Second, paint a picture of the end-state you’ve helped other customers experience. These are questions like, ‘It sounds like you are going through what another person we have helped went through. Here is what happened …’

Third, recap what you have heard from your prospect in feeling statements to ensure you are accurately capturing the pain they are in or the positive outcome they may be missing out on if they don’t act.

A statement like, ‘Tt sounds like it feels like this… is that accurate?’ can be a great way to start.

Fourth, explore the consequences of that feeling for your prospect or customer. Get them to tell you what solving this problem would look like for them, their businesses, and in their personal lives.

Finally, recap of what you have heard so far. Use questions like ‘It sounds like you’re (repeat their statements).’

Follow up with positioning what do you sell as a solution to that discomfort.
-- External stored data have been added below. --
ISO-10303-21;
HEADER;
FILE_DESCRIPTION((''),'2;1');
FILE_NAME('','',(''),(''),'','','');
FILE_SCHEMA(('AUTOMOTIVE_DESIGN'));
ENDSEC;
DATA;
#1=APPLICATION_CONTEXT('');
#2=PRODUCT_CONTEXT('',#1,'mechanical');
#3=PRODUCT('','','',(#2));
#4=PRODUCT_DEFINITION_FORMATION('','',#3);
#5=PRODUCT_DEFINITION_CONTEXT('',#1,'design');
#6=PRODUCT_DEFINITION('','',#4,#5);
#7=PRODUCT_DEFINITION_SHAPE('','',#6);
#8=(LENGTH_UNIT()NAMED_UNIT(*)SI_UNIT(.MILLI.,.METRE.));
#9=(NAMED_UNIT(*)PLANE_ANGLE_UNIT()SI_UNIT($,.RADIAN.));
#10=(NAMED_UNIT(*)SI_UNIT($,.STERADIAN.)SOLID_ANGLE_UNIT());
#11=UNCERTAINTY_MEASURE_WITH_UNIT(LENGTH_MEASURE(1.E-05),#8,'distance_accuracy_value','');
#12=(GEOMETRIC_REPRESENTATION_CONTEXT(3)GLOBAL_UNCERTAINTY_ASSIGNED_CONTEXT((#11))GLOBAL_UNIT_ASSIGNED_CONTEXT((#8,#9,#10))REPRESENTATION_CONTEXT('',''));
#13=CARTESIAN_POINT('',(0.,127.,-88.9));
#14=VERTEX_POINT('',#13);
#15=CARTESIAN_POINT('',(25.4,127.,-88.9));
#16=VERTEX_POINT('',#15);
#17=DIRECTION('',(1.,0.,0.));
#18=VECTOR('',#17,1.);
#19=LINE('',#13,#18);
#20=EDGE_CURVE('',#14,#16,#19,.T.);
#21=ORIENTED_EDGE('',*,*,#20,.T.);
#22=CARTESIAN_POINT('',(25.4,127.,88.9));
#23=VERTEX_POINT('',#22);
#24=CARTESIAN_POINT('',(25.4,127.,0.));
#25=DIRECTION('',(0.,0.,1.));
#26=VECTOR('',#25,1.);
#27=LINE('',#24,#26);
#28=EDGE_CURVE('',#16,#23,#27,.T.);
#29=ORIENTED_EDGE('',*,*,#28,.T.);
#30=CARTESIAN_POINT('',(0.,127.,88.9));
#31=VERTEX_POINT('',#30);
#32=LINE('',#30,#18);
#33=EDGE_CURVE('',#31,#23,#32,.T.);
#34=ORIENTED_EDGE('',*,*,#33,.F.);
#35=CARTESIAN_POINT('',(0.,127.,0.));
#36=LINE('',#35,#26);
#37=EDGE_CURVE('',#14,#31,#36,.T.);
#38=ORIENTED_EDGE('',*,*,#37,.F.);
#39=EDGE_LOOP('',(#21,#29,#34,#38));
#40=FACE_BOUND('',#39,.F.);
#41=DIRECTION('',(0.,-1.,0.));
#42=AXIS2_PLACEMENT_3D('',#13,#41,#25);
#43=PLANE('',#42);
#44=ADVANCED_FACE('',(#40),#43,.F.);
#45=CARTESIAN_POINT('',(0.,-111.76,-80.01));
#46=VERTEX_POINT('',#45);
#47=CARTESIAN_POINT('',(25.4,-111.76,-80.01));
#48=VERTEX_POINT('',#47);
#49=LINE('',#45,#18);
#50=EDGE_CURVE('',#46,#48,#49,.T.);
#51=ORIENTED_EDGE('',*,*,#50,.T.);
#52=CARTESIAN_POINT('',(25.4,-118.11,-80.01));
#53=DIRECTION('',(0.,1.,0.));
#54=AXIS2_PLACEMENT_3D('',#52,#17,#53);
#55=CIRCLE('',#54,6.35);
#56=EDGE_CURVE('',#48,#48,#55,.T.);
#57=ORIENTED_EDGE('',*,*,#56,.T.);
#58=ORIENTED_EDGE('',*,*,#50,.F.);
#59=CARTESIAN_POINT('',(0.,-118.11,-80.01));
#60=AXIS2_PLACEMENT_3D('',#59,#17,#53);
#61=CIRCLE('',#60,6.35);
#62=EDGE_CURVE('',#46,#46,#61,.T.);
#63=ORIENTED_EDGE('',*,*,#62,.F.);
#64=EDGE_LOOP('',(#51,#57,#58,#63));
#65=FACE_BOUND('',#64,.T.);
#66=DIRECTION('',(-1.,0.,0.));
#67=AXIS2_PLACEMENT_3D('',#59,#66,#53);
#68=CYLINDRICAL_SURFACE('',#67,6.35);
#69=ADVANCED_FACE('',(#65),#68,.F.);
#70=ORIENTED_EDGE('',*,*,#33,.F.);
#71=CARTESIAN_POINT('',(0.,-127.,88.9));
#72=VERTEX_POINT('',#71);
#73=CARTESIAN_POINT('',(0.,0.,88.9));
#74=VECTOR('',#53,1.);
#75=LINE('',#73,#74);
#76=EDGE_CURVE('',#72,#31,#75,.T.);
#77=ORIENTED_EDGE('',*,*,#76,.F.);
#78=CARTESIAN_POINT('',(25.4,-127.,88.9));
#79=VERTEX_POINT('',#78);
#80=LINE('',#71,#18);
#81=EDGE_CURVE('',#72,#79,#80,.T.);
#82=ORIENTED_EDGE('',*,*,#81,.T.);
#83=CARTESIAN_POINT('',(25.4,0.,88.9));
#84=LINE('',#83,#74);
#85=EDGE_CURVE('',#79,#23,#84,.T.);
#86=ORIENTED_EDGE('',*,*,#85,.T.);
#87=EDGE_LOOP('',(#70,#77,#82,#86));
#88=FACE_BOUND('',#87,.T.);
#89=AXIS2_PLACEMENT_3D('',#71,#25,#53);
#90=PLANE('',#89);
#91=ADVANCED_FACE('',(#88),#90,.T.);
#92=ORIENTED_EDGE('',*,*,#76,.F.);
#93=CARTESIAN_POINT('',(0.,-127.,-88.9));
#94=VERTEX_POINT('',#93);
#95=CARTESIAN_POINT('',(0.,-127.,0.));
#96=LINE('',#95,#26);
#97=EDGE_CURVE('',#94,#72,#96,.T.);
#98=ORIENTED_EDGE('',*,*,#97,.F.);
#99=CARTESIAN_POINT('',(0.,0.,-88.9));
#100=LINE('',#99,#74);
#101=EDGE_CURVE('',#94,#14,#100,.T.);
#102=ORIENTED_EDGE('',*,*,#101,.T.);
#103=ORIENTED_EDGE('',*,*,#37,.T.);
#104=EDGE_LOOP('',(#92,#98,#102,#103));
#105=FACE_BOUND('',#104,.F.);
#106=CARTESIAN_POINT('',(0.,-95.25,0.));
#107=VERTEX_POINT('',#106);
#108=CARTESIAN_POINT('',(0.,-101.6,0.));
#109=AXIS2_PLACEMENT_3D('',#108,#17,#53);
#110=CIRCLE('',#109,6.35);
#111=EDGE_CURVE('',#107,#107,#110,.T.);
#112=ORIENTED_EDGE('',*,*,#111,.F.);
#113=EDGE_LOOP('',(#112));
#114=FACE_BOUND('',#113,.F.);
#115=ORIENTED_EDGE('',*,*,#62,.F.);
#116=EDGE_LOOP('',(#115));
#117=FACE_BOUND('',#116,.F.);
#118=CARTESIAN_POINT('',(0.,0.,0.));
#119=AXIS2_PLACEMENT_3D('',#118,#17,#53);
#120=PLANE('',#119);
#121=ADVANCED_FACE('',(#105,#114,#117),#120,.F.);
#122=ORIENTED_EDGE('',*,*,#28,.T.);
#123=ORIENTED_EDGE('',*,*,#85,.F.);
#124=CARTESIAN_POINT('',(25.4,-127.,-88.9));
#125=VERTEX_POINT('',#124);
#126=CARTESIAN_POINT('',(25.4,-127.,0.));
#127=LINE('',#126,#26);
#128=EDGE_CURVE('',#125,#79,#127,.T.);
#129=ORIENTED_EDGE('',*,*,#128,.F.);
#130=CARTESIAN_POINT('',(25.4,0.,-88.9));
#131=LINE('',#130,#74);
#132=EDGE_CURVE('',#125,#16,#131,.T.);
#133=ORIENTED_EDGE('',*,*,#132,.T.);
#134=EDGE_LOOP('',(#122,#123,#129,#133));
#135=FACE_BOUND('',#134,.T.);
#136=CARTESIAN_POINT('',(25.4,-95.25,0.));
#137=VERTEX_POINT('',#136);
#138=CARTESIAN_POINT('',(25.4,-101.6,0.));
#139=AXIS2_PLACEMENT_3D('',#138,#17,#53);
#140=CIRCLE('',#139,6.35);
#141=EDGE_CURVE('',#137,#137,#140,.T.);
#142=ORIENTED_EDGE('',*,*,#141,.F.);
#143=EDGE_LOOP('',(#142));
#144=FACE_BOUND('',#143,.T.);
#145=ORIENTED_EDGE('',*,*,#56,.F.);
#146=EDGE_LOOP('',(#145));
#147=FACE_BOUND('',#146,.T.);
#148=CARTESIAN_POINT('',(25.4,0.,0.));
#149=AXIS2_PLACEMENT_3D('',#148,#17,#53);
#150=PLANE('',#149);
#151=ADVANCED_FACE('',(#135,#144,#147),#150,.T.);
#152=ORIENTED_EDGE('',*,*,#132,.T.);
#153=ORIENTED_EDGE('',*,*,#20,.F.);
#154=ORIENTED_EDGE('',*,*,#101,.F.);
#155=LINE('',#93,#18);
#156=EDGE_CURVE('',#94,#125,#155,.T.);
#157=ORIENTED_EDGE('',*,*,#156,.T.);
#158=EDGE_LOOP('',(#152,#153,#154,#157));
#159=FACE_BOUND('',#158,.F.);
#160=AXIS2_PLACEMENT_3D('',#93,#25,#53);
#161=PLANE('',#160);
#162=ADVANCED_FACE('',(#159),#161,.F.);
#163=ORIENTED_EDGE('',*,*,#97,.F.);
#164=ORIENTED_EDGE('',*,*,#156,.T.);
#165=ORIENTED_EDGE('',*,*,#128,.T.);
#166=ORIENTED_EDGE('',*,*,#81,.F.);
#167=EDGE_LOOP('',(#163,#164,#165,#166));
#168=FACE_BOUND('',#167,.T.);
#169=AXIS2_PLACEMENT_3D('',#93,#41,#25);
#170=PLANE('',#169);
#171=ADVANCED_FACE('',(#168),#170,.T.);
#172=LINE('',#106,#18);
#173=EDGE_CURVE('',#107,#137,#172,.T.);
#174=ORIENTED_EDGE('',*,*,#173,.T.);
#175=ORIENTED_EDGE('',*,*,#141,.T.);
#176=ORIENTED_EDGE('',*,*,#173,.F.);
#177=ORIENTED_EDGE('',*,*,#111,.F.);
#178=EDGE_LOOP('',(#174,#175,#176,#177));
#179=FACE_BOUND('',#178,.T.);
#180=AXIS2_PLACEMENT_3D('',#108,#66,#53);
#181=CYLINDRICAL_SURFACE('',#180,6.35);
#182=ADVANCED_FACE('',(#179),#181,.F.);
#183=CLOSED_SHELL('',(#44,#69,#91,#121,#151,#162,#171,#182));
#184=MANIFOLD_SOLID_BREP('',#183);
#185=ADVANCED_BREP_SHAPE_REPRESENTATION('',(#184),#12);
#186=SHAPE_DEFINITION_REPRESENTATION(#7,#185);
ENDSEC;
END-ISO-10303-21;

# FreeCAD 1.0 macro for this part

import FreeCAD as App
import Part
import Sketcher
Q = App.Units.Quantity

doc = App.newDocument("Part")
body = doc.addObject("PartDesign::Body", "Body")

sketch1 = body.newObject("Sketcher::SketchObject", "Sketch")
sketch1.AttachmentSupport = (doc.getObject("YZ_Plane"), [""])
sketch1.MapMode = "FlatFace"
sketch1.addGeometry([
    Part.LineSegment(App.Vector(-127, 88.9, 0), App.Vector(-127, -88.9, 0)),
    Part.LineSegment(App.Vector(-127, -88.9, 0), App.Vector(127, -88.9, 0)),
    Part.LineSegment(App.Vector(127, -88.9, 0), App.Vector(127, 88.9, 0)),
    Part.LineSegment(App.Vector(127, 88.9, 0), App.Vector(-127, 88.9, 0)),
    Part.Circle(App.Vector(-118.11, -80.01, 0), App.Vector(0, 0, 1), 6.35),
    Part.Circle(App.Vector(-101.6, 0, 0), App.Vector(0, 0, 1), 6.35),
], False)
sketch1.addConstraint([
    Sketcher.Constraint("Coincident", 0, 2, 1, 1),
    Sketcher.Constraint("Coincident", 1, 2, 2, 1),
    Sketcher.Constraint("Coincident", 2, 2, 3, 1),
    Sketcher.Constraint("Coincident", 3, 2, 0, 1),
    Sketcher.Constraint("Vertical", 0),
    Sketcher.Constraint("Horizontal", 1),
    Sketcher.Constraint("Vertical", 2),
    Sketcher.Constraint("Horizontal", 3),
    Sketcher.Constraint("Equal", 4, 5),
    Sketcher.Constraint("Symmetric", 0, 2, 2, 2, -1, 1),
    Sketcher.Constraint("PointOnObject", 5, 3, -1),
    Sketcher.Constraint("Diameter", 4, Q("0.5 in")),
    Sketcher.Constraint("DistanceX", 1, 1, 1, 2, Q("10 in")),
    Sketcher.Constraint("DistanceY", 0, 2, 0, 1, Q("7 in")),
    Sketcher.Constraint("DistanceX", 5, 3, -1, 1, Q("4 in")),
    Sketcher.Constraint("DistanceX", 4, 3, -1, 1, Q("4.65 in")),
    Sketcher.Constraint("DistanceY", 4, 3, -1, 1, Q("3.15 in")),
])
pad1 = body.newObject("PartDesign::Pad", "Pad")
pad1.Profile = sketch1
pad1.Length = Q("1 in")

doc.recompute()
A phrase like, ‘So would it make sense for us to gather some ideas and meet again on (date)?

This is the step of the process where you move your prospect or customer to the next action in your sales process.

I – Improvable: To improve the system, Steve recommends leveraging artificial intelligence platforms to learn more about the top challenges the folks you are selling to are facing. Knowing their key performance indicators will allow you to better open conversations in the future.

M – Measurable: to measure the effectiveness of this system review your calls and meeting recordings to measure how you feel, look, see, sound, and how many feeling verbs you are using in your discovery.

A key area that Steve recommends also measuring is the amount of attrition you experience with your customers. This is a great metric to ensure that you can capably deliver what you are selling.

When we sell to a problem rather than to a product, we ensure that we are engaging every part of our buyers lives in providing solutions.

That’s how we sell more, while serving more!